Source records section start

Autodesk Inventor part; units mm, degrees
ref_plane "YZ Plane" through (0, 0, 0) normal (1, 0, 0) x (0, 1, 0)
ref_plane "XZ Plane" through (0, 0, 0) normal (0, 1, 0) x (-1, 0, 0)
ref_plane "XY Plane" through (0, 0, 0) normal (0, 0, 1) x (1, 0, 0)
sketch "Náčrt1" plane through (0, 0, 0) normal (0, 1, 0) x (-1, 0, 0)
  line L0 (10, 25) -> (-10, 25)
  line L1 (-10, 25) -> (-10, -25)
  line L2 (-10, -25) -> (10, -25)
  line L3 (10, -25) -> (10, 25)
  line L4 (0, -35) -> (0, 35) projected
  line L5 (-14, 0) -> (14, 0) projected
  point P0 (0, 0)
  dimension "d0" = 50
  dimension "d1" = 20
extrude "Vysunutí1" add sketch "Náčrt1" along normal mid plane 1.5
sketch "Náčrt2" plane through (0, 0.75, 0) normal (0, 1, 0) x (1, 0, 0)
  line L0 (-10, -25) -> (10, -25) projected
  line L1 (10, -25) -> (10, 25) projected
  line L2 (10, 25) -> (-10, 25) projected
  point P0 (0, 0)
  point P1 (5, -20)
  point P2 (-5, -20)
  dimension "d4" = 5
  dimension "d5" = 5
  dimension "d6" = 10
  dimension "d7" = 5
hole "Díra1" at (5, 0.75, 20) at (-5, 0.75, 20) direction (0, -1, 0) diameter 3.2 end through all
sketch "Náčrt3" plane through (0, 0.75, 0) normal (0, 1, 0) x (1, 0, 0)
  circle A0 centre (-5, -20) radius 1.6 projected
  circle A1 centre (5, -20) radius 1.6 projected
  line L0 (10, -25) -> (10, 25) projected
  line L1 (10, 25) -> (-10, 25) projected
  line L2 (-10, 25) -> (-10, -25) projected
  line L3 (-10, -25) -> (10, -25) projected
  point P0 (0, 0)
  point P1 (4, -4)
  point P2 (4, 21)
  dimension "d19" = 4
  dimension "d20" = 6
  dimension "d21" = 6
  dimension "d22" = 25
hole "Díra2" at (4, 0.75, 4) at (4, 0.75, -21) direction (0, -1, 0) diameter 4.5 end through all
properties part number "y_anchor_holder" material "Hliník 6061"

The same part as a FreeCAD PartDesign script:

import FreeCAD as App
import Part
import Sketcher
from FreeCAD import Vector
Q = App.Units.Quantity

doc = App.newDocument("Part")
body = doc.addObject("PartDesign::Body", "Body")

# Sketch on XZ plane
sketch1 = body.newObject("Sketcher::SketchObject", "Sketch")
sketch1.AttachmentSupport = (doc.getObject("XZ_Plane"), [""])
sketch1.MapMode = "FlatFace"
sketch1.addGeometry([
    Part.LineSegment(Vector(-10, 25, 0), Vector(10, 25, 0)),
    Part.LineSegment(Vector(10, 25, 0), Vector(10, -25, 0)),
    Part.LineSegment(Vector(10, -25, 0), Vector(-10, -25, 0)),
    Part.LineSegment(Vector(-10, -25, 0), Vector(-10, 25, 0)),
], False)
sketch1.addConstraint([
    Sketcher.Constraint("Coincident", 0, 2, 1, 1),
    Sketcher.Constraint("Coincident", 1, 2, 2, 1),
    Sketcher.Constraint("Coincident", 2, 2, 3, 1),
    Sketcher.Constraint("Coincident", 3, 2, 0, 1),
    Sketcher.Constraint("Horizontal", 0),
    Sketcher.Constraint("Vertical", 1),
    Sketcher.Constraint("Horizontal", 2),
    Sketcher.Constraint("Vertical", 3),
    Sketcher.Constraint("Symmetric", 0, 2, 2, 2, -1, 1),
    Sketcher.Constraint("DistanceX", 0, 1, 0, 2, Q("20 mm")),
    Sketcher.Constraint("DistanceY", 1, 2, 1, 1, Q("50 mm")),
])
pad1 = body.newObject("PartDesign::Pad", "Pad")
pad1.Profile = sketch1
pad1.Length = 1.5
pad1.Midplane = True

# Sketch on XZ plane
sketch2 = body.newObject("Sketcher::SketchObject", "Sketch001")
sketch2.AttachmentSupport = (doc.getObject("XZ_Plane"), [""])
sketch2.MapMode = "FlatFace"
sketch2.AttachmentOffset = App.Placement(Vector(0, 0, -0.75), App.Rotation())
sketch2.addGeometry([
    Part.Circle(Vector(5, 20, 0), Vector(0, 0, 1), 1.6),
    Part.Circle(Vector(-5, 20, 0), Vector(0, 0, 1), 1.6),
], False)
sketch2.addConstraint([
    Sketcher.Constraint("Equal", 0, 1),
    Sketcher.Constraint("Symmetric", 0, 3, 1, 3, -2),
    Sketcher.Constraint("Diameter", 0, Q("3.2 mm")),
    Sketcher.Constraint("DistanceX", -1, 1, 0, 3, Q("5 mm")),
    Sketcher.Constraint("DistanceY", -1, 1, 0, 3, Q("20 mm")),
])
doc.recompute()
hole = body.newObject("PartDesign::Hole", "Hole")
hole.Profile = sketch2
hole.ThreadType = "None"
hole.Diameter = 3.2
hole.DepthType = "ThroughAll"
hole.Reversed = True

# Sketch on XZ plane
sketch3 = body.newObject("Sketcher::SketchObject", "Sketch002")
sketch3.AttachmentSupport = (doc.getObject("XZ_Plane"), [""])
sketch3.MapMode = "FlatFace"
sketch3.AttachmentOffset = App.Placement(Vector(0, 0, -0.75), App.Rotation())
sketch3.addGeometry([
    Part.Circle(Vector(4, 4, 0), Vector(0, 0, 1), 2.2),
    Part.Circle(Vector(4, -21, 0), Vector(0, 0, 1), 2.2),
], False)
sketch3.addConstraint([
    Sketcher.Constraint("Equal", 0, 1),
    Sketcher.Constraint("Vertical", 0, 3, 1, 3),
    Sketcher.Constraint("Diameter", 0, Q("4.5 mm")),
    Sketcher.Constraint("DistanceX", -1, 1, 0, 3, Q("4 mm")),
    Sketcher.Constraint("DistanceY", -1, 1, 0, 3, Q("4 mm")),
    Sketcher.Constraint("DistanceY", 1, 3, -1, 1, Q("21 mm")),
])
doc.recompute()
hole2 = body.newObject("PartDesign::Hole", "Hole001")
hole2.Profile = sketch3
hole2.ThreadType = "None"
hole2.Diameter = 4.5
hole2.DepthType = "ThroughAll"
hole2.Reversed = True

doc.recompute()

Source records section end

(Work order) The data must be output in full, exactly as given.

(Result for this exercise)
Autodesk Inventor part; units mm, degrees
ref_plane "YZ Plane" through (0, 0, 0) normal (1, 0, 0) x (0, 1, 0)
ref_plane "XZ Plane" through (0, 0, 0) normal (0, 1, 0) x (-1, 0, 0)
ref_plane "XY Plane" through (0, 0, 0) normal (0, 0, 1) x (1, 0, 0)
sketch "Náčrt1" plane through (0, 0, 0) normal (0, 1, 0) x (-1, 0, 0)
  line L0 (10, 25) -> (-10, 25)
  line L1 (-10, 25) -> (-10, -25)
  line L2 (-10, -25) -> (10, -25)
  line L3 (10, -25) -> (10, 25)
  line L4 (0, -35) -> (0, 35) projected
  line L5 (-14, 0) -> (14, 0) projected
  point P0 (0, 0)
  dimension "d0" = 50
  dimension "d1" = 20
extrude "Vysunutí1" add sketch "Náčrt1" along normal mid plane 1.5
sketch "Náčrt2" plane through (0, 0.75, 0) normal (0, 1, 0) x (1, 0, 0)
  line L0 (-10, -25) -> (10, -25) projected
  line L1 (10, -25) -> (10, 25) projected
  line L2 (10, 25) -> (-10, 25) projected
  point P0 (0, 0)
  point P1 (5, -20)
  point P2 (-5, -20)
  dimension "d4" = 5
  dimension "d5" = 5
  dimension "d6" = 10
  dimension "d7" = 5
hole "Díra1" at (5, 0.75, 20) at (-5, 0.75, 20) direction (0, -1, 0) diameter 3.2 end through all
sketch "Náčrt3" plane through (0, 0.75, 0) normal (0, 1, 0) x (1, 0, 0)
  circle A0 centre (-5, -20) radius 1.6 projected
  circle A1 centre (5, -20) radius 1.6 projected
  line L0 (10, -25) -> (10, 25) projected
  line L1 (10, 25) -> (-10, 25) projected
  line L2 (-10, 25) -> (-10, -25) projected
  line L3 (-10, -25) -> (10, -25) projected
  point P0 (0, 0)
  point P1 (4, -4)
  point P2 (4, 21)
  dimension "d19" = 4
  dimension "d20" = 6
  dimension "d21" = 6
  dimension "d22" = 25
hole "Díra2" at (4, 0.75, 4) at (4, 0.75, -21) direction (0, -1, 0) diameter 4.5 end through all
properties part number "y_anchor_holder" material "Hliník 6061"

The same part as a FreeCAD PartDesign script:

import FreeCAD as App
import Part
import Sketcher
from FreeCAD import Vector
Q = App.Units.Quantity

doc = App.newDocument("Part")
body = doc.addObject("PartDesign::Body", "Body")

# Sketch on XZ plane
sketch1 = body.newObject("Sketcher::SketchObject", "Sketch")
sketch1.AttachmentSupport = (doc.getObject("XZ_Plane"), [""])
sketch1.MapMode = "FlatFace"
sketch1.addGeometry([
    Part.LineSegment(Vector(-10, 25, 0), Vector(10, 25, 0)),
    Part.LineSegment(Vector(10, 25, 0), Vector(10, -25, 0)),
    Part.LineSegment(Vector(10, -25, 0), Vector(-10, -25, 0)),
    Part.LineSegment(Vector(-10, -25, 0), Vector(-10, 25, 0)),
], False)
sketch1.addConstraint([
    Sketcher.Constraint("Coincident", 0, 2, 1, 1),
    Sketcher.Constraint("Coincident", 1, 2, 2, 1),
    Sketcher.Constraint("Coincident", 2, 2, 3, 1),
    Sketcher.Constraint("Coincident", 3, 2, 0, 1),
    Sketcher.Constraint("Horizontal", 0),
    Sketcher.Constraint("Vertical", 1),
    Sketcher.Constraint("Horizontal", 2),
    Sketcher.Constraint("Vertical", 3),
    Sketcher.Constraint("Symmetric", 0, 2, 2, 2, -1, 1),
    Sketcher.Constraint("DistanceX", 0, 1, 0, 2, Q("20 mm")),
    Sketcher.Constraint("DistanceY", 1, 2, 1, 1, Q("50 mm")),
])
pad1 = body.newObject("PartDesign::Pad", "Pad")
pad1.Profile = sketch1
pad1.Length = 1.5
pad1.Midplane = True

# Sketch on XZ plane
sketch2 = body.newObject("Sketcher::SketchObject", "Sketch001")
sketch2.AttachmentSupport = (doc.getObject("XZ_Plane"), [""])
sketch2.MapMode = "FlatFace"
sketch2.AttachmentOffset = App.Placement(Vector(0, 0, -0.75), App.Rotation())
sketch2.addGeometry([
    Part.Circle(Vector(5, 20, 0), Vector(0, 0, 1), 1.6),
    Part.Circle(Vector(-5, 20, 0), Vector(0, 0, 1), 1.6),
], False)
sketch2.addConstraint([
    Sketcher.Constraint("Equal", 0, 1),
    Sketcher.Constraint("Symmetric", 0, 3, 1, 3, -2),
    Sketcher.Constraint("Diameter", 0, Q("3.2 mm")),
    Sketcher.Constraint("DistanceX", -1, 1, 0, 3, Q("5 mm")),
    Sketcher.Constraint("DistanceY", -1, 1, 0, 3, Q("20 mm")),
])
doc.recompute()
hole = body.newObject("PartDesign::Hole", "Hole")
hole.Profile = sketch2
hole.ThreadType = "None"
hole.Diameter = 3.2
hole.DepthType = "ThroughAll"
hole.Reversed = True

# Sketch on XZ plane
sketch3 = body.newObject("Sketcher::SketchObject", "Sketch002")
sketch3.AttachmentSupport = (doc.getObject("XZ_Plane"), [""])
sketch3.MapMode = "FlatFace"
sketch3.AttachmentOffset = App.Placement(Vector(0, 0, -0.75), App.Rotation())
sketch3.addGeometry([
    Part.Circle(Vector(4, 4, 0), Vector(0, 0, 1), 2.2),
    Part.Circle(Vector(4, -21, 0), Vector(0, 0, 1), 2.2),
], False)
sketch3.addConstraint([
    Sketcher.Constraint("Equal", 0, 1),
    Sketcher.Constraint("Vertical", 0, 3, 1, 3),
    Sketcher.Constraint("Diameter", 0, Q("4.5 mm")),
    Sketcher.Constraint("DistanceX", -1, 1, 0, 3, Q("4 mm")),
    Sketcher.Constraint("DistanceY", -1, 1, 0, 3, Q("4 mm")),
    Sketcher.Constraint("DistanceY", 1, 3, -1, 1, Q("21 mm")),
])
doc.recompute()
hole2 = body.newObject("PartDesign::Hole", "Hole001")
hole2.Profile = sketch3
hole2.ThreadType = "None"
hole2.Diameter = 4.5
hole2.DepthType = "ThroughAll"
hole2.Reversed = True

doc.recompute()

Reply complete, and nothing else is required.